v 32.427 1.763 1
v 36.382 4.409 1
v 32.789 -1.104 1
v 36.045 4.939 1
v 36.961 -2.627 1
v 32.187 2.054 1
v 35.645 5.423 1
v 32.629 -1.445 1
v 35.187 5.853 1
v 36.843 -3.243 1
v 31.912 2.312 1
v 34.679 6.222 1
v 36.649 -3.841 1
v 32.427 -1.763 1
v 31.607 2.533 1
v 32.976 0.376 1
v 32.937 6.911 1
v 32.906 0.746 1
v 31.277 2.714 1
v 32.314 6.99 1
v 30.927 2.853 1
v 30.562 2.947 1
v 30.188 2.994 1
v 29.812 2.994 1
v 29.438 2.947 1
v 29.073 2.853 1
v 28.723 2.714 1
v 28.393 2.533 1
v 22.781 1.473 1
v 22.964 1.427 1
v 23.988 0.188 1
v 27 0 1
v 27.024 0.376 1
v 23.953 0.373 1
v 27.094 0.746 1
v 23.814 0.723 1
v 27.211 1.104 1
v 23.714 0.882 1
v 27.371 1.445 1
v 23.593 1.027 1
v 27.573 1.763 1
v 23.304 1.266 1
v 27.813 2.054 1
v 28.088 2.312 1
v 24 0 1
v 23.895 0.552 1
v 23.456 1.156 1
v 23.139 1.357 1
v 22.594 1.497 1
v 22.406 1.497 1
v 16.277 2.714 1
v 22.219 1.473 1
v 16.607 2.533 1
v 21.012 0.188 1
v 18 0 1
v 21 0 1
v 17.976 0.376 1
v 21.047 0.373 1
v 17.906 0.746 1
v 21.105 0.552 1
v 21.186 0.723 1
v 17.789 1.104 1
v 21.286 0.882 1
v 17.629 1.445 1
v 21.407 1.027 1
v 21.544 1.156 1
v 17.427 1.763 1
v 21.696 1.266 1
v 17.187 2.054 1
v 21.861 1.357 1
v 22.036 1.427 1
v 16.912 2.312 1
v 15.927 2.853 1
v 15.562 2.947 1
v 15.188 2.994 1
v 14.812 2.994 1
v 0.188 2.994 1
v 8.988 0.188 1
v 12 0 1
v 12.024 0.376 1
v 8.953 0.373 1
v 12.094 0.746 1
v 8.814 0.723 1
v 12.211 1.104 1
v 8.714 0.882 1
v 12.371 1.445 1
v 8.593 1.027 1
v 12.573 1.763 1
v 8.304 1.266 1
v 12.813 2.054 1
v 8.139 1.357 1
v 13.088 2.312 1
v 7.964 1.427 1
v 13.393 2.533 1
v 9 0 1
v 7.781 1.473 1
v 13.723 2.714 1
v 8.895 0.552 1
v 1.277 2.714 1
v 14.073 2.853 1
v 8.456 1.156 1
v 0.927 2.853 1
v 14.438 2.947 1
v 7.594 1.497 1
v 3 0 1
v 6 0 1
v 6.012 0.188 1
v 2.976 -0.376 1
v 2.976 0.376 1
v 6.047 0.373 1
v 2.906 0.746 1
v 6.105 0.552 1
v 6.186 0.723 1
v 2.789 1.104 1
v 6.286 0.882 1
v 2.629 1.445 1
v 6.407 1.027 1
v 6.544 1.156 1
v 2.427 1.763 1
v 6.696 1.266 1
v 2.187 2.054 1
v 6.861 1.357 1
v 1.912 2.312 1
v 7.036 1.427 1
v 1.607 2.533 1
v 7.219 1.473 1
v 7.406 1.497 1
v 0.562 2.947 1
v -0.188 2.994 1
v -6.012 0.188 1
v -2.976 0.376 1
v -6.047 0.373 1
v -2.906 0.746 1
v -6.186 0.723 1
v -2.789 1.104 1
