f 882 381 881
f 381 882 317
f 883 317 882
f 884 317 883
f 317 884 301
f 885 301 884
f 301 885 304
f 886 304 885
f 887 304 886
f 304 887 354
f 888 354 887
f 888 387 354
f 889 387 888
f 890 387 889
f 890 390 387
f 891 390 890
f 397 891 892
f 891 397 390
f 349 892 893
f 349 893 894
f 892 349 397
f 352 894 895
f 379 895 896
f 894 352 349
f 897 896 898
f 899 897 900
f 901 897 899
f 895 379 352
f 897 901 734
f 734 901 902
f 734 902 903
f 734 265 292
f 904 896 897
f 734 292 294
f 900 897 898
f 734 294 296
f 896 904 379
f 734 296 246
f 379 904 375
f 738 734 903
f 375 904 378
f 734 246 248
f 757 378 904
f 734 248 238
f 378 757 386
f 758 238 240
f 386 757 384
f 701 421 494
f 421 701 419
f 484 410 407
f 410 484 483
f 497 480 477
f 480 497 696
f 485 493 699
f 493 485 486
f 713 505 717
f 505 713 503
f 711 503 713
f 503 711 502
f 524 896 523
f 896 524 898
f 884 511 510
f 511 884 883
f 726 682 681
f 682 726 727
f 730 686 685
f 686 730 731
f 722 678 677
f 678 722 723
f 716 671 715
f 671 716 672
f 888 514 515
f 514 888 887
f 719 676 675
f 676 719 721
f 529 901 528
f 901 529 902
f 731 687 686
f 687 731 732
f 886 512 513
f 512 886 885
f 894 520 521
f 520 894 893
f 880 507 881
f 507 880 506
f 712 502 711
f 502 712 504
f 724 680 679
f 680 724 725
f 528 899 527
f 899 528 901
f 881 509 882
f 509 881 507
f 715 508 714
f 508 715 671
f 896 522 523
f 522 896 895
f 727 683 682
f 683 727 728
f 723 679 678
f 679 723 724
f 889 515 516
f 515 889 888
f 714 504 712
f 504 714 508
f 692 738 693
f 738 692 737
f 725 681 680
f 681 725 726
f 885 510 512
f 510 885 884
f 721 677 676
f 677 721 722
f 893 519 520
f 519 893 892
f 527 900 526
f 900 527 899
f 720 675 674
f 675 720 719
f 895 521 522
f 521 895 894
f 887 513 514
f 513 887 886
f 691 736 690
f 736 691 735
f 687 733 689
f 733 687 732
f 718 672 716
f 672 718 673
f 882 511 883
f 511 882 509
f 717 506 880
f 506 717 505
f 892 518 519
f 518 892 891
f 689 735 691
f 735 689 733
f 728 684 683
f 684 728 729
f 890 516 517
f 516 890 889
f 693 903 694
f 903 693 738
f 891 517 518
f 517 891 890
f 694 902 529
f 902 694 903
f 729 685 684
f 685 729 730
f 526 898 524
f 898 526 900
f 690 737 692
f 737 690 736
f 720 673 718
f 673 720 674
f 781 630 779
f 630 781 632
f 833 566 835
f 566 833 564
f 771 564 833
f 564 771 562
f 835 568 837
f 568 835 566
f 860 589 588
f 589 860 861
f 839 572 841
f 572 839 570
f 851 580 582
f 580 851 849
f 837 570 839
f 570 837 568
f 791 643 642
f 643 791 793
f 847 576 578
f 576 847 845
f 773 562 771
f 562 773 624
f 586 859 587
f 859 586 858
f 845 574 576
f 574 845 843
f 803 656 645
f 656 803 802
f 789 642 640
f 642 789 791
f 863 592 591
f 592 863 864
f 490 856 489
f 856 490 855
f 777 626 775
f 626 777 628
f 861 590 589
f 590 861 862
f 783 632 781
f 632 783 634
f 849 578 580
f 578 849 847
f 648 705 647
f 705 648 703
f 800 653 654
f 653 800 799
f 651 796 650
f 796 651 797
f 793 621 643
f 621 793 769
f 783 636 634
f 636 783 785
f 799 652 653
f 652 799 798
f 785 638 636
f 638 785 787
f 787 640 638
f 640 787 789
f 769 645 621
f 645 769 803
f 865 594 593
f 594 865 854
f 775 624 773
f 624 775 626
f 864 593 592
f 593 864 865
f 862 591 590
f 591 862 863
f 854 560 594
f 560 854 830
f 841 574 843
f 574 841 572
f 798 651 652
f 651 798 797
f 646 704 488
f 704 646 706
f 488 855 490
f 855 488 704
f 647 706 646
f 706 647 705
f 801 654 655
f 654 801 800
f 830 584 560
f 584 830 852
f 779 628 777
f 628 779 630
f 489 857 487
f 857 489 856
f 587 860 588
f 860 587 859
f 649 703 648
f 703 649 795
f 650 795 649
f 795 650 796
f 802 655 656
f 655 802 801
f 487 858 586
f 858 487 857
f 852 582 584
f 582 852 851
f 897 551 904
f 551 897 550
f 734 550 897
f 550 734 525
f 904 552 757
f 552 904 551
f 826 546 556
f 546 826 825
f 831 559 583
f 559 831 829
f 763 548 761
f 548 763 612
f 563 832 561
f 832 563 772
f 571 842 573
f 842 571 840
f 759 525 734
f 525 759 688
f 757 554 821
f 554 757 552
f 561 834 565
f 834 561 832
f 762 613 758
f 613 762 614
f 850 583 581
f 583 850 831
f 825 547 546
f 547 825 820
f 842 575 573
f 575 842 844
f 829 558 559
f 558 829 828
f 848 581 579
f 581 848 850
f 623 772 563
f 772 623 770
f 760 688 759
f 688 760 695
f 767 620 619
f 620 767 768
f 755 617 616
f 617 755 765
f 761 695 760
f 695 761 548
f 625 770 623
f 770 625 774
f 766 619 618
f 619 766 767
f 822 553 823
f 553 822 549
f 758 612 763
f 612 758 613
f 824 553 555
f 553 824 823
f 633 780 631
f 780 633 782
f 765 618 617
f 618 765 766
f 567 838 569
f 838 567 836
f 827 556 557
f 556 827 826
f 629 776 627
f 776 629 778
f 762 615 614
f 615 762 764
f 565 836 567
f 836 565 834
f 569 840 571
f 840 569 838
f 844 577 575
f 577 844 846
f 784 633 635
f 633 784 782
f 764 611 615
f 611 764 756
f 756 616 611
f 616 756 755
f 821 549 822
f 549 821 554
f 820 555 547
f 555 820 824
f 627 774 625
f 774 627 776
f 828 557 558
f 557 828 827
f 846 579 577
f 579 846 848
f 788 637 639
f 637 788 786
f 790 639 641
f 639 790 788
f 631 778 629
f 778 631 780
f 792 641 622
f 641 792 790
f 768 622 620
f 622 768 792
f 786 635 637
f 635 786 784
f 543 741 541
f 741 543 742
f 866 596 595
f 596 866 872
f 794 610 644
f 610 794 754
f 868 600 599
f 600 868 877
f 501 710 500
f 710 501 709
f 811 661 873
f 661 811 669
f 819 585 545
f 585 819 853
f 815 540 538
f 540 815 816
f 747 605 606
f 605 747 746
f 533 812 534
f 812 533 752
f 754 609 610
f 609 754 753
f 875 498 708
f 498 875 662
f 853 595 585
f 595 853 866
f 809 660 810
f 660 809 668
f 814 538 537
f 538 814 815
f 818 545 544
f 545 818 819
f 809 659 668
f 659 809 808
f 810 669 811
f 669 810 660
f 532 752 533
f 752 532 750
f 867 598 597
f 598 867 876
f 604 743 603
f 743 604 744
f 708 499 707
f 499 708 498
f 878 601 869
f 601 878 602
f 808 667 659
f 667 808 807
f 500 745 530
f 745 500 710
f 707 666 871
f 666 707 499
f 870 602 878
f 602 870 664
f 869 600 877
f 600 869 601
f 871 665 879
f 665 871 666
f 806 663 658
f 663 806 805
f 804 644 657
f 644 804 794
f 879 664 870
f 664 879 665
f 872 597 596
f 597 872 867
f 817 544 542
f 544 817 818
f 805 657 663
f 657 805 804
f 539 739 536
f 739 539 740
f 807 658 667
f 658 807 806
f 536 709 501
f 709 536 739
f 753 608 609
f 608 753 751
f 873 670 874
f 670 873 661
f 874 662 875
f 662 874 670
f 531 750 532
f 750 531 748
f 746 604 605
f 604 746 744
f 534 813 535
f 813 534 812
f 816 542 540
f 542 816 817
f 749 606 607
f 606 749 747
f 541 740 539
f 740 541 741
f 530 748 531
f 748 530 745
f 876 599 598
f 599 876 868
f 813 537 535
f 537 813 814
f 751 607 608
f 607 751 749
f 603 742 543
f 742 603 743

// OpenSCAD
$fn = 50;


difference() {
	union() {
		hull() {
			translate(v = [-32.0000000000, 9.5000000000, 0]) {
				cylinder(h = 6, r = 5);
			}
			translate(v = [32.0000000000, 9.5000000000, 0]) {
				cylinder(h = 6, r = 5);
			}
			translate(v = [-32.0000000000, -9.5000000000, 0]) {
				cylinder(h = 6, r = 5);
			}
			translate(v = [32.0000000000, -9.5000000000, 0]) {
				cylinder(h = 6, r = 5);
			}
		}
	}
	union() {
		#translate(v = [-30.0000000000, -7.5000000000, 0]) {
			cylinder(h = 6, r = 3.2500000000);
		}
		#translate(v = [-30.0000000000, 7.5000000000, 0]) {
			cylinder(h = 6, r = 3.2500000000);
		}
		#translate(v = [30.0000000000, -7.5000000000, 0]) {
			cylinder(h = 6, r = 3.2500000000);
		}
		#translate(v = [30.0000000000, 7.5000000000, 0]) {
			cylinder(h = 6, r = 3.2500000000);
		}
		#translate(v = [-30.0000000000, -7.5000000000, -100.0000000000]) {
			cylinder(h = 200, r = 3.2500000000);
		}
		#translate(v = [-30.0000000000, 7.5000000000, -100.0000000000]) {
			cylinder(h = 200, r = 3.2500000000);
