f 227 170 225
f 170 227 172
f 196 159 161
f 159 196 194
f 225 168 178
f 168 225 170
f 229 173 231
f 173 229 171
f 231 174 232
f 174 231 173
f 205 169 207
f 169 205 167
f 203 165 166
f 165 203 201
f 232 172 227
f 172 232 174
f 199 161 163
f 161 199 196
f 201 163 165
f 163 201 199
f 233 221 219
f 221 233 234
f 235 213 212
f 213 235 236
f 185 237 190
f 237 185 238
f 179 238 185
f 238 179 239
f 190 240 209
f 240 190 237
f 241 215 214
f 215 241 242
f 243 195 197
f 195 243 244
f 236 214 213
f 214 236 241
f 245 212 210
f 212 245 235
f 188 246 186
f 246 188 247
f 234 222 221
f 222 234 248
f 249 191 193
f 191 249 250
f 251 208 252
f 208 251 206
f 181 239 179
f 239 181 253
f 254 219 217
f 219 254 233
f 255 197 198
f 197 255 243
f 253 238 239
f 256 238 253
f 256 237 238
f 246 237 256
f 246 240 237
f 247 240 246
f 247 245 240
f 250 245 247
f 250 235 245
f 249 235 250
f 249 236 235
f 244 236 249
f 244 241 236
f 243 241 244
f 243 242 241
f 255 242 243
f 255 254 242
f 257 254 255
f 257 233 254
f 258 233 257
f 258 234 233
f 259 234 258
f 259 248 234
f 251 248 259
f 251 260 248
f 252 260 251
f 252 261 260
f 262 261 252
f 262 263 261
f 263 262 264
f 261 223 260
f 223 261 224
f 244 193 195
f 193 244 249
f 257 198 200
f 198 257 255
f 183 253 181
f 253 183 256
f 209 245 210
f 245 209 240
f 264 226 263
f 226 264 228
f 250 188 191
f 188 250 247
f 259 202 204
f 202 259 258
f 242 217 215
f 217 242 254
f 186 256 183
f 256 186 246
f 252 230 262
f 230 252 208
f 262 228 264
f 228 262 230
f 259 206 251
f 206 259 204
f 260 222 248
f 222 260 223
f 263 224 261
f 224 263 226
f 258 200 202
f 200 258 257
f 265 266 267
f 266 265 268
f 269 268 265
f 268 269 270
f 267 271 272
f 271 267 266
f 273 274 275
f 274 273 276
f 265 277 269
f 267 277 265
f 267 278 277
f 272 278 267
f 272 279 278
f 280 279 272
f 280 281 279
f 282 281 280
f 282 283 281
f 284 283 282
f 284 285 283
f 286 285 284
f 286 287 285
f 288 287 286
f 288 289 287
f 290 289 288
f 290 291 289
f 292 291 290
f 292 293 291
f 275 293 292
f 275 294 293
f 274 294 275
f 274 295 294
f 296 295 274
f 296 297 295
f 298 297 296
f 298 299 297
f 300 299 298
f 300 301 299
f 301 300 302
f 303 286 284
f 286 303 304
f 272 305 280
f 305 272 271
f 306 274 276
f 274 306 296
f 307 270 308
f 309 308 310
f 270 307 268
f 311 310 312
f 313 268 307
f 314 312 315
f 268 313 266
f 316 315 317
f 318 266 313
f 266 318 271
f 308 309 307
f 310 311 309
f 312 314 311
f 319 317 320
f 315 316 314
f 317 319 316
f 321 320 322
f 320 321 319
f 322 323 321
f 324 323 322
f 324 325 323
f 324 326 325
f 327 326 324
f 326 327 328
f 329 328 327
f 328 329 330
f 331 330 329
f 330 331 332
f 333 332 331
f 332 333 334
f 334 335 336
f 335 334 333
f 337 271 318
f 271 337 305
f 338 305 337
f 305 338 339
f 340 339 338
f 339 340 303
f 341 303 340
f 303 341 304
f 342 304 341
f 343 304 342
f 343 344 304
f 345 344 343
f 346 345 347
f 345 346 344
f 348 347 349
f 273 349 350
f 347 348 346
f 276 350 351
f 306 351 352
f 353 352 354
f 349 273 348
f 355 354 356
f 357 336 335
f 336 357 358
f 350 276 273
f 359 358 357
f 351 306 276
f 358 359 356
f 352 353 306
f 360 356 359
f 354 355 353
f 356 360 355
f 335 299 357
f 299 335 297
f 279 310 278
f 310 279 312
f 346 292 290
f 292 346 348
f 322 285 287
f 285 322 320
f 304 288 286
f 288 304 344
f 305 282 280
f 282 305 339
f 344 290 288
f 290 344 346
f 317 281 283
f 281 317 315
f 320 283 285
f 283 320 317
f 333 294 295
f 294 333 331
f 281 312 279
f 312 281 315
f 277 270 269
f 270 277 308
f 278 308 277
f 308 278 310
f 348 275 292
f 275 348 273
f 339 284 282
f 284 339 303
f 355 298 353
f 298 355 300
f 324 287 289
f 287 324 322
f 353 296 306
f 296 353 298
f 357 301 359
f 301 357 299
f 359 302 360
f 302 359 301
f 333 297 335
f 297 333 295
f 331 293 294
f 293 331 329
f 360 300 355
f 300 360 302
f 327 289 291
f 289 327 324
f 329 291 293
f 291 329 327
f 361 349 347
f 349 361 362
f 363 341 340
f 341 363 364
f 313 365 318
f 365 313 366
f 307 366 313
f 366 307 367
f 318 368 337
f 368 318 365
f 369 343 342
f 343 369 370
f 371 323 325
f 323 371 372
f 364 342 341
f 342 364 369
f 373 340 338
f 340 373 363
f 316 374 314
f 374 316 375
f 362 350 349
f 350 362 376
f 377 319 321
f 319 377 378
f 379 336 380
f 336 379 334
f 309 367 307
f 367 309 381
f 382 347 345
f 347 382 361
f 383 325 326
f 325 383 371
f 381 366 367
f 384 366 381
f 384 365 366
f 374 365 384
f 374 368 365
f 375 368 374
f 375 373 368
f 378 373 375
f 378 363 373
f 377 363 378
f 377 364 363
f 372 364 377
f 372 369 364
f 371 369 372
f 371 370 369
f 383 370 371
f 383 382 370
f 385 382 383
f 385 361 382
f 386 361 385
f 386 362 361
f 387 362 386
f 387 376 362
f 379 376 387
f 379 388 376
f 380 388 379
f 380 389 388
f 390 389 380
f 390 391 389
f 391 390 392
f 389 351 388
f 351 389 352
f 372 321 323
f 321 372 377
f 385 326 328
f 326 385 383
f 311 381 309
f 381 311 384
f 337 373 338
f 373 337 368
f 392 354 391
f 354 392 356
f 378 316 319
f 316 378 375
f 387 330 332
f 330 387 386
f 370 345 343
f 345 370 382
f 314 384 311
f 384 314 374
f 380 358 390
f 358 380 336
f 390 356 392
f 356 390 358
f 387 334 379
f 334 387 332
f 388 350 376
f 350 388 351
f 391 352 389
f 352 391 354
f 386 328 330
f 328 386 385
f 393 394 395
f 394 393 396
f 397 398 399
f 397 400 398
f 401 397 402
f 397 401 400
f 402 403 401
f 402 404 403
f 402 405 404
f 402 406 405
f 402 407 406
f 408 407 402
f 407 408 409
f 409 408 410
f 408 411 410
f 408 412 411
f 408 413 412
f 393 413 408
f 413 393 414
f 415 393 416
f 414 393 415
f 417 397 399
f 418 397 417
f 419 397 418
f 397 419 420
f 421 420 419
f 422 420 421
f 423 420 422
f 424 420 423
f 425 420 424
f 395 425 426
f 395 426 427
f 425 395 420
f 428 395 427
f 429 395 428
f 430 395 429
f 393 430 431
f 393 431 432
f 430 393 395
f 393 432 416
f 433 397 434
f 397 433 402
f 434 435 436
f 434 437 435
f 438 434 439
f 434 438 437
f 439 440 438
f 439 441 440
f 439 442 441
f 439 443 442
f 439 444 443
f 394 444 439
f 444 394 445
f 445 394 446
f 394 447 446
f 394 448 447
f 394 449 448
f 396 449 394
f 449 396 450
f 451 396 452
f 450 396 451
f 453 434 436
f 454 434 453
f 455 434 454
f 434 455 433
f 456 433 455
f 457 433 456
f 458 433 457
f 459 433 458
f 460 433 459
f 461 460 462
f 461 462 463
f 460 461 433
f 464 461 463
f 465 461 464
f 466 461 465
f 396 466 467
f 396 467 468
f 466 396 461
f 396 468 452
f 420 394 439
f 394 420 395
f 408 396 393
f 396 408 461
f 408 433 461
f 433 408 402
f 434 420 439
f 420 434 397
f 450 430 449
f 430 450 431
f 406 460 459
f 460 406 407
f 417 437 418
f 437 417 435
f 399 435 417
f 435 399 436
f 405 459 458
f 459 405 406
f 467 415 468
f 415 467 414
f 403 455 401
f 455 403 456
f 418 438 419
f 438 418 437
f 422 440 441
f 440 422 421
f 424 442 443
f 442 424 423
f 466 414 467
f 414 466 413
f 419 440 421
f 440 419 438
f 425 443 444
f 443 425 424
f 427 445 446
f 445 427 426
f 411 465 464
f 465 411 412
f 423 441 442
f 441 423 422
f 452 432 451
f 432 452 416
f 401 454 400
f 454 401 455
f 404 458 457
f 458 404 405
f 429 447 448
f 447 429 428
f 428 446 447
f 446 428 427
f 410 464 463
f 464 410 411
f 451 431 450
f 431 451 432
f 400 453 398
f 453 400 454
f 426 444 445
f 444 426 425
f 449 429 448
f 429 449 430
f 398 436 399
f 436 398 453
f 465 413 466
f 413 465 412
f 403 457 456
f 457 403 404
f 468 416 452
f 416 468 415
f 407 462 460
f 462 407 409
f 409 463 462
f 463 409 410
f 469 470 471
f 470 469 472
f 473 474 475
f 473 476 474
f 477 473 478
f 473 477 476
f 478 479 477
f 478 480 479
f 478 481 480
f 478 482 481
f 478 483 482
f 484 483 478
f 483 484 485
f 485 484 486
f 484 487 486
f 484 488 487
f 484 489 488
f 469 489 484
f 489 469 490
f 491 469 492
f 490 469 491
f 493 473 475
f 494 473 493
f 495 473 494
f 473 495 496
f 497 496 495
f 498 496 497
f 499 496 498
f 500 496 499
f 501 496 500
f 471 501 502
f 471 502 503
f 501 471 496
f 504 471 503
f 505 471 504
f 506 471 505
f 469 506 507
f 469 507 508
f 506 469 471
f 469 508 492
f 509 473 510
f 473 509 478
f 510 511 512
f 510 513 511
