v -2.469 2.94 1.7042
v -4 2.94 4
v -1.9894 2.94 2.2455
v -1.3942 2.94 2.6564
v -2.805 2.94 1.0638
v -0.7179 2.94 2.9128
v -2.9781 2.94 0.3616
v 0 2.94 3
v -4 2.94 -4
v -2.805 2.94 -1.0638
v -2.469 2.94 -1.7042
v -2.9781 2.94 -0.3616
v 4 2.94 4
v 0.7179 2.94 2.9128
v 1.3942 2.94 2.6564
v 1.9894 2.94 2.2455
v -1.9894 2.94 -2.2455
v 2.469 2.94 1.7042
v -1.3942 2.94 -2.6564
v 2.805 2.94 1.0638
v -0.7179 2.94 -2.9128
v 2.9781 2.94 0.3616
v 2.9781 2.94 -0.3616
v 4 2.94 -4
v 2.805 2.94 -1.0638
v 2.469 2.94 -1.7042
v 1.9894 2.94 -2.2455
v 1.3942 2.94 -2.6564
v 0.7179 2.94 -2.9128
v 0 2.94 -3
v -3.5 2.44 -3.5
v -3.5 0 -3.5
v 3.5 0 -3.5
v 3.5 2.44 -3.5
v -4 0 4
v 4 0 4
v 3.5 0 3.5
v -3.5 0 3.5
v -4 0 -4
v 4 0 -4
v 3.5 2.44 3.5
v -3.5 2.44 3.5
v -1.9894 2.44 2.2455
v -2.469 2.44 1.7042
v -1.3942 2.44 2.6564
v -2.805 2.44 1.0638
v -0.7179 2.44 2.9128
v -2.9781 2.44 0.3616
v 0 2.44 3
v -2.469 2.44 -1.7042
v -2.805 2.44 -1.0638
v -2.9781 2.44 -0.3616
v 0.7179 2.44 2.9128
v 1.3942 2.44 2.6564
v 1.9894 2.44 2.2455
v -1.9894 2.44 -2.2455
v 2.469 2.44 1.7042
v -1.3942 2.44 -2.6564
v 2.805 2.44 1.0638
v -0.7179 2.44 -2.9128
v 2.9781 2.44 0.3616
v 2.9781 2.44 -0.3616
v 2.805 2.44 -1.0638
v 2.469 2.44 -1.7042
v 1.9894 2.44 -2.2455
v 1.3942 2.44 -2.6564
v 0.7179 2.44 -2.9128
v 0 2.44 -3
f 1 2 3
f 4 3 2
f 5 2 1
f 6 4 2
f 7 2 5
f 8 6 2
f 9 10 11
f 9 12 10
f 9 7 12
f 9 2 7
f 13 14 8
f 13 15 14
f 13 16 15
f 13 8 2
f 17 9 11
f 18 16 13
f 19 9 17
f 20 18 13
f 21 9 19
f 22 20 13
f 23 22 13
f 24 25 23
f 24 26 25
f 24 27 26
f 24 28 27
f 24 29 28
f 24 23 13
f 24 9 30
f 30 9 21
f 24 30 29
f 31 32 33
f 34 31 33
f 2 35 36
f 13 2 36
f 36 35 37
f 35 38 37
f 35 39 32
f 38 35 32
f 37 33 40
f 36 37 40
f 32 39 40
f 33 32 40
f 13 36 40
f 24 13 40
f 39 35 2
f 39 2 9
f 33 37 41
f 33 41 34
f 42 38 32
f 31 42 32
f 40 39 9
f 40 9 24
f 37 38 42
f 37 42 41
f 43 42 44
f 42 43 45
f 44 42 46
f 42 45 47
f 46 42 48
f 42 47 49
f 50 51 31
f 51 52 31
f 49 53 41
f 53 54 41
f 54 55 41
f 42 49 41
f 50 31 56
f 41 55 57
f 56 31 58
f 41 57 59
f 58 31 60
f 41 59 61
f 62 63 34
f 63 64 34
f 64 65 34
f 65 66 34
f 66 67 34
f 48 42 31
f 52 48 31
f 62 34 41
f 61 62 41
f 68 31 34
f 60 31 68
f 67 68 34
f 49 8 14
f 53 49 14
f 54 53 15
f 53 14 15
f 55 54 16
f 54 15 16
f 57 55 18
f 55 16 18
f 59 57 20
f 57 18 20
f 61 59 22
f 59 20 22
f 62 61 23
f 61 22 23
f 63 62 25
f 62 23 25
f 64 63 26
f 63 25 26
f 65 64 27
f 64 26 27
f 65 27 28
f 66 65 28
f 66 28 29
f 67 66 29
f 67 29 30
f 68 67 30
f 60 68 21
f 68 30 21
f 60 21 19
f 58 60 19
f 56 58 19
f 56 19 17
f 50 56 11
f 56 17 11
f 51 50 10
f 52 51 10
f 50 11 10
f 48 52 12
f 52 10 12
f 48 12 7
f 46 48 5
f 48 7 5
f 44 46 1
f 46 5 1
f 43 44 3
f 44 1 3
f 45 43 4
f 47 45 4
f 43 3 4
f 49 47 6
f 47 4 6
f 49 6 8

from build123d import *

# Parameters (mm, degrees)
SKETCH1_W           = 8
SKETCH1_H           = 8
SKETCH1_W_2         = 7
SKETCH1_H_2         = 7
BOSS_EXTRUDE1_DEPTH = 2.94
SKETCH2_W           = 8
SKETCH2_H           = 8
SKETCH2_R           = 3
BOSS_EXTRUDE2_DEPTH = 0.5


with BuildPart() as part:
    # Sketch1 → Boss-Extrude1 (new body)
    with BuildSketch(Plane(origin=(0, 0, 0), x_dir=(1, 0, 0), z_dir=(0, 1, 0))):
        Rectangle(SKETCH1_W, SKETCH1_H)
        Rectangle(SKETCH1_W_2, SKETCH1_H_2, mode=Mode.SUBTRACT)
    extrude(amount=BOSS_EXTRUDE1_DEPTH)

    # Sketch2 → Boss-Extrude2 (add)
    with BuildSketch(Plane(origin=(0, 2.94, 0), x_dir=(1, 0, 0), z_dir=(0, 1, 0))):
        Rectangle(SKETCH2_W, SKETCH2_H)
        with Locations(Location((0, 0, 0), (0, 0, 270))):
            Circle(SKETCH2_R, mode=Mode.SUBTRACT)
    extrude(amount=-BOSS_EXTRUDE2_DEPTH)


solid = part.part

→ AIM OF THE EXERCISE: Exactly the lines from the start of the entries through the one bearing "v 8.953 0.373 1" are to be output, with both ends included.

→ SOLUTION TO THIS PROBLEM:
v 32.427 1.763 1
v 36.382 4.409 1
v 32.789 -1.104 1
v 36.045 4.939 1
v 36.961 -2.627 1
v 32.187 2.054 1
v 35.645 5.423 1
v 32.629 -1.445 1
v 35.187 5.853 1
v 36.843 -3.243 1
v 31.912 2.312 1
v 34.679 6.222 1
v 36.649 -3.841 1
v 32.427 -1.763 1
v 31.607 2.533 1
v 32.976 0.376 1
v 32.937 6.911 1
v 32.906 0.746 1
v 31.277 2.714 1
v 32.314 6.99 1
v 30.927 2.853 1
v 30.562 2.947 1
v 30.188 2.994 1
v 29.812 2.994 1
v 29.438 2.947 1
v 29.073 2.853 1
v 28.723 2.714 1
v 28.393 2.533 1
v 22.781 1.473 1
v 22.964 1.427 1
v 23.988 0.188 1
v 27 0 1
v 27.024 0.376 1
v 23.953 0.373 1
v 27.094 0.746 1
v 23.814 0.723 1
v 27.211 1.104 1
v 23.714 0.882 1
v 27.371 1.445 1
v 23.593 1.027 1
v 27.573 1.763 1
v 23.304 1.266 1
v 27.813 2.054 1
v 28.088 2.312 1
v 24 0 1
v 23.895 0.552 1
v 23.456 1.156 1
v 23.139 1.357 1
v 22.594 1.497 1
v 22.406 1.497 1
v 16.277 2.714 1
v 22.219 1.473 1
v 16.607 2.533 1
v 21.012 0.188 1
v 18 0 1
v 21 0 1
v 17.976 0.376 1
v 21.047 0.373 1
v 17.906 0.746 1
v 21.105 0.552 1
v 21.186 0.723 1
v 17.789 1.104 1
v 21.286 0.882 1
v 17.629 1.445 1
v 21.407 1.027 1
v 21.544 1.156 1
v 17.427 1.763 1
v 21.696 1.266 1
v 17.187 2.054 1
v 21.861 1.357 1
v 22.036 1.427 1
v 16.912 2.312 1
v 15.927 2.853 1
v 15.562 2.947 1
v 15.188 2.994 1
v 14.812 2.994 1
v 0.188 2.994 1
v 8.988 0.188 1
v 12 0 1
v 12.024 0.376 1
v 8.953 0.373 1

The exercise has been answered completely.